TASK ITEM.
Please write out, exactly, every line of the listing from its first line through the one that includes "#238=CARTESIAN_POINT('',(-6.25,3.6,7.));".

^^^^

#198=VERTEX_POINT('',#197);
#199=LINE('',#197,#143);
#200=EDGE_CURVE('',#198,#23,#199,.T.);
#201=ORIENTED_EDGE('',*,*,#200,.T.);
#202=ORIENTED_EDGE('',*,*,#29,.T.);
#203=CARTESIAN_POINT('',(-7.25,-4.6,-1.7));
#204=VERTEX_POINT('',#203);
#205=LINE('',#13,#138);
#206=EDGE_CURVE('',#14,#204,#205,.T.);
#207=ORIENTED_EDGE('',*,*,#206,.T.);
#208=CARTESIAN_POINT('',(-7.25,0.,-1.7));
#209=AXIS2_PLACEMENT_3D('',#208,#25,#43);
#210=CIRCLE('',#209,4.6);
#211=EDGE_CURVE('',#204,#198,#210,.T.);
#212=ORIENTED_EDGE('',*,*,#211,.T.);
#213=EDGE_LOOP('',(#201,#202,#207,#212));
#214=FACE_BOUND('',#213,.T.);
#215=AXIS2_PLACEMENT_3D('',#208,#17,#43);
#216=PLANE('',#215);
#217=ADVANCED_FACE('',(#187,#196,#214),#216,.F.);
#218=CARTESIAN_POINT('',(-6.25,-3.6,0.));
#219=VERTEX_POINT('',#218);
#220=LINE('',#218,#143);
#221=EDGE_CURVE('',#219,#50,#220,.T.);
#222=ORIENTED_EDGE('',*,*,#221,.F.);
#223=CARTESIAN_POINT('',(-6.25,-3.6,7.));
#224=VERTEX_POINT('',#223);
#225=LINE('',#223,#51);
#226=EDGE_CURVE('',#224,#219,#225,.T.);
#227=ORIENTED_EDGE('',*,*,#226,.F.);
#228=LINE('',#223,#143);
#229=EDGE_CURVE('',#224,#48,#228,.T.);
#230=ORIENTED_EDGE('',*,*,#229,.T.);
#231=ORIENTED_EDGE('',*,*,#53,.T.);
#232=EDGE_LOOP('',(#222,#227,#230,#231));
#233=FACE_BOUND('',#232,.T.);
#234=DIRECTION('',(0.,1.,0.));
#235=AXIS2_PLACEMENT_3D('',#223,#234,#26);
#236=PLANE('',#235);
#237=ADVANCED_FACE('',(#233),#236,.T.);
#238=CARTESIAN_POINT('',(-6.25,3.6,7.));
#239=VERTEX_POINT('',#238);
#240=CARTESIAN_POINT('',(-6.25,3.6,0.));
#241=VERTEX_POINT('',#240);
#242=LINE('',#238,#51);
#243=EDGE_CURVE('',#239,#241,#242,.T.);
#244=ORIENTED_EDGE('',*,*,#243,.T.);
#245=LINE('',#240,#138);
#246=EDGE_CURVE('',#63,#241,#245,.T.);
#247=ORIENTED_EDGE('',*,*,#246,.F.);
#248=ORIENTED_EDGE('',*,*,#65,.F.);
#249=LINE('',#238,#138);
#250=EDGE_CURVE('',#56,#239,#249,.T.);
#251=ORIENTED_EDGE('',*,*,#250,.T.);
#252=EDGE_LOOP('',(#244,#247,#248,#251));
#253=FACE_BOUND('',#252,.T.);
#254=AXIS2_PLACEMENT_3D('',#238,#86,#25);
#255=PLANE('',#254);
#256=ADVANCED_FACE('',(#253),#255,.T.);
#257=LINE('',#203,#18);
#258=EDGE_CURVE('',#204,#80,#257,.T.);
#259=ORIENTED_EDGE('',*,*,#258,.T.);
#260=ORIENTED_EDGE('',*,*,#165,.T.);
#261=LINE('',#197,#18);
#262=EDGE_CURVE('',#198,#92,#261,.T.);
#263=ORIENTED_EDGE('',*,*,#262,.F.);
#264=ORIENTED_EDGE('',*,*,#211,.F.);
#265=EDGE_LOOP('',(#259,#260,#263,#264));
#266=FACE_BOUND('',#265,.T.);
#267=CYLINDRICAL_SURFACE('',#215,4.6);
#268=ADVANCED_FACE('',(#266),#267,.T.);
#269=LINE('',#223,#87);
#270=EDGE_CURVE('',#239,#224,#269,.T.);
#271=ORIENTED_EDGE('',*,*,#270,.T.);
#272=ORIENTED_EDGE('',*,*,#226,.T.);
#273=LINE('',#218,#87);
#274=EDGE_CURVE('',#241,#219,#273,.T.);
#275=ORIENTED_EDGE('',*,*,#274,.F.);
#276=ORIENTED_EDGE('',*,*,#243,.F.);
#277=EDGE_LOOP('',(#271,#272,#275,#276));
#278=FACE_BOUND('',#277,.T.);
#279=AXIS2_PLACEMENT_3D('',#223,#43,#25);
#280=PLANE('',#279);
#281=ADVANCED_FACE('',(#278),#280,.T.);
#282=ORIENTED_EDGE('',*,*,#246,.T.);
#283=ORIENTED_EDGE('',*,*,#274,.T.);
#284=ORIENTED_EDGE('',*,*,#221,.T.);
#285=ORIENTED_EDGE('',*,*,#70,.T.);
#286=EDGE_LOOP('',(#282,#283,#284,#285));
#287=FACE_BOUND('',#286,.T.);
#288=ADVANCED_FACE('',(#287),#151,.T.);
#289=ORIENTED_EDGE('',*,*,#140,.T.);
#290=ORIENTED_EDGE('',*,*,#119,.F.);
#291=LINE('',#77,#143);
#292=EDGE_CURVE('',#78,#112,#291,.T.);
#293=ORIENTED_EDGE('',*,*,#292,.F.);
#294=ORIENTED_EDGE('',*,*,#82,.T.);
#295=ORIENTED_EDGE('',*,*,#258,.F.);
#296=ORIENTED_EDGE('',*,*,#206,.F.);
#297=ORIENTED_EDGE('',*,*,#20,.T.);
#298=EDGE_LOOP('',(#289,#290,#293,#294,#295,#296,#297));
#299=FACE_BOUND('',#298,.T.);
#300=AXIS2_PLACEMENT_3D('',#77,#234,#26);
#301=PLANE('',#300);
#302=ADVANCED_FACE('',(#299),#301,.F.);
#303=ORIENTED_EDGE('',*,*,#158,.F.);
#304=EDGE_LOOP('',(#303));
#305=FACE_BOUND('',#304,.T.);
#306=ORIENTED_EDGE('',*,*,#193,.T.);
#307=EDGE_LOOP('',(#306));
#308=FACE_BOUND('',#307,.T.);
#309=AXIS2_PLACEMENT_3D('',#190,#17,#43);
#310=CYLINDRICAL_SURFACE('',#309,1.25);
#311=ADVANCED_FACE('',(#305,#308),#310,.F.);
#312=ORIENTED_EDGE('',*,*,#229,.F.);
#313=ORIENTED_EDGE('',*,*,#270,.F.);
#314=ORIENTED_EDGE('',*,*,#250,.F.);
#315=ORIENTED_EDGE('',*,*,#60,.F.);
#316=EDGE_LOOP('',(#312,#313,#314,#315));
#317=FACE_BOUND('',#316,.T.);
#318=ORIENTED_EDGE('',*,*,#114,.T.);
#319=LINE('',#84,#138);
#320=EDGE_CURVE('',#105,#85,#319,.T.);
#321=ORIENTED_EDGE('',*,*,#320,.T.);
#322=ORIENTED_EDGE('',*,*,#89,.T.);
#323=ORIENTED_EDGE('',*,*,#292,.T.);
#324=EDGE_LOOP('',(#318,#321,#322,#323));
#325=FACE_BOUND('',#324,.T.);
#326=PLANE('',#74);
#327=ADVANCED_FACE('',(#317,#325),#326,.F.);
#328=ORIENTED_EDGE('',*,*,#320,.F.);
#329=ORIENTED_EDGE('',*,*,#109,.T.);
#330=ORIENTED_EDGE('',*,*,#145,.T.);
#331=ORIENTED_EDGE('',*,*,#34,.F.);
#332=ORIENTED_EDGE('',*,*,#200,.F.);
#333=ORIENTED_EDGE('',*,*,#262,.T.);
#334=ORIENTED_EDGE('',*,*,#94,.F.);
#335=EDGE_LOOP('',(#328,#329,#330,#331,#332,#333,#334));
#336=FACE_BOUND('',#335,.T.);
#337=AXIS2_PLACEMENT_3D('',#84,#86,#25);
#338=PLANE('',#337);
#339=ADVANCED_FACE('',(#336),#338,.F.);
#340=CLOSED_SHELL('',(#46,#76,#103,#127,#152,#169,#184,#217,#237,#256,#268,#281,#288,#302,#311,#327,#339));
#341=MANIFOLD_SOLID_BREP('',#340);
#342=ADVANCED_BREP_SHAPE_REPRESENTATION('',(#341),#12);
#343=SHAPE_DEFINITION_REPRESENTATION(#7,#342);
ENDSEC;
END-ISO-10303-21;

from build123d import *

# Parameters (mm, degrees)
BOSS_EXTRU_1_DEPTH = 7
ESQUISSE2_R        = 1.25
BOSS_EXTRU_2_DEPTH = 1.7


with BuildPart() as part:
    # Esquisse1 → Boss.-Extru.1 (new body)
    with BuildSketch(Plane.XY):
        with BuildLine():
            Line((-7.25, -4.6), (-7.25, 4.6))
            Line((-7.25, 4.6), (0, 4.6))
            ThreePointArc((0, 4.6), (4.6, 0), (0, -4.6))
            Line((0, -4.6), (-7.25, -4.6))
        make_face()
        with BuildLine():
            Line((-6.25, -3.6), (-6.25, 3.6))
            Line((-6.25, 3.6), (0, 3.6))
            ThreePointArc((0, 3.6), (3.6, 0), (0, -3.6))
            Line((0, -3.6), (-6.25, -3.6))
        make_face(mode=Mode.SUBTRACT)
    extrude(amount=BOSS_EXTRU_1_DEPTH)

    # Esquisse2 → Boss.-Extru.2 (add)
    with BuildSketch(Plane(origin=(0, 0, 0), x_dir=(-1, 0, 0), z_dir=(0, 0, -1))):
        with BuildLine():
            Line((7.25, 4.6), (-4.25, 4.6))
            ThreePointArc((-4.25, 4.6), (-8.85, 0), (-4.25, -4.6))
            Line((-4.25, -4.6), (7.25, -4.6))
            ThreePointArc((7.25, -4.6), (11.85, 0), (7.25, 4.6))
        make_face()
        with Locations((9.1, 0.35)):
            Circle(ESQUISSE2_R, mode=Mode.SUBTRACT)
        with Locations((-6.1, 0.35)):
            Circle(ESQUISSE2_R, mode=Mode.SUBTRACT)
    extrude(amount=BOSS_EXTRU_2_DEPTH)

^^^^

TASK RESULT.
#198=VERTEX_POINT('',#197);
#199=LINE('',#197,#143);
#200=EDGE_CURVE('',#198,#23,#199,.T.);
#201=ORIENTED_EDGE('',*,*,#200,.T.);
#202=ORIENTED_EDGE('',*,*,#29,.T.);
#203=CARTESIAN_POINT('',(-7.25,-4.6,-1.7));
#204=VERTEX_POINT('',#203);
#205=LINE('',#13,#138);
#206=EDGE_CURVE('',#14,#204,#205,.T.);
#207=ORIENTED_EDGE('',*,*,#206,.T.);
#208=CARTESIAN_POINT('',(-7.25,0.,-1.7));
#209=AXIS2_PLACEMENT_3D('',#208,#25,#43);
#210=CIRCLE('',#209,4.6);
#211=EDGE_CURVE('',#204,#198,#210,.T.);
#212=ORIENTED_EDGE('',*,*,#211,.T.);
#213=EDGE_LOOP('',(#201,#202,#207,#212));
#214=FACE_BOUND('',#213,.T.);
#215=AXIS2_PLACEMENT_3D('',#208,#17,#43);
#216=PLANE('',#215);
#217=ADVANCED_FACE('',(#187,#196,#214),#216,.F.);
#218=CARTESIAN_POINT('',(-6.25,-3.6,0.));
#219=VERTEX_POINT('',#218);
#220=LINE('',#218,#143);
#221=EDGE_CURVE('',#219,#50,#220,.T.);
#222=ORIENTED_EDGE('',*,*,#221,.F.);
#223=CARTESIAN_POINT('',(-6.25,-3.6,7.));
#224=VERTEX_POINT('',#223);
#225=LINE('',#223,#51);
#226=EDGE_CURVE('',#224,#219,#225,.T.);
#227=ORIENTED_EDGE('',*,*,#226,.F.);
#228=LINE('',#223,#143);
#229=EDGE_CURVE('',#224,#48,#228,.T.);
#230=ORIENTED_EDGE('',*,*,#229,.T.);
#231=ORIENTED_EDGE('',*,*,#53,.T.);
#232=EDGE_LOOP('',(#222,#227,#230,#231));
#233=FACE_BOUND('',#232,.T.);
#234=DIRECTION('',(0.,1.,0.));
#235=AXIS2_PLACEMENT_3D('',#223,#234,#26);
#236=PLANE('',#235);
#237=ADVANCED_FACE('',(#233),#236,.T.);
#238=CARTESIAN_POINT('',(-6.25,3.6,7.));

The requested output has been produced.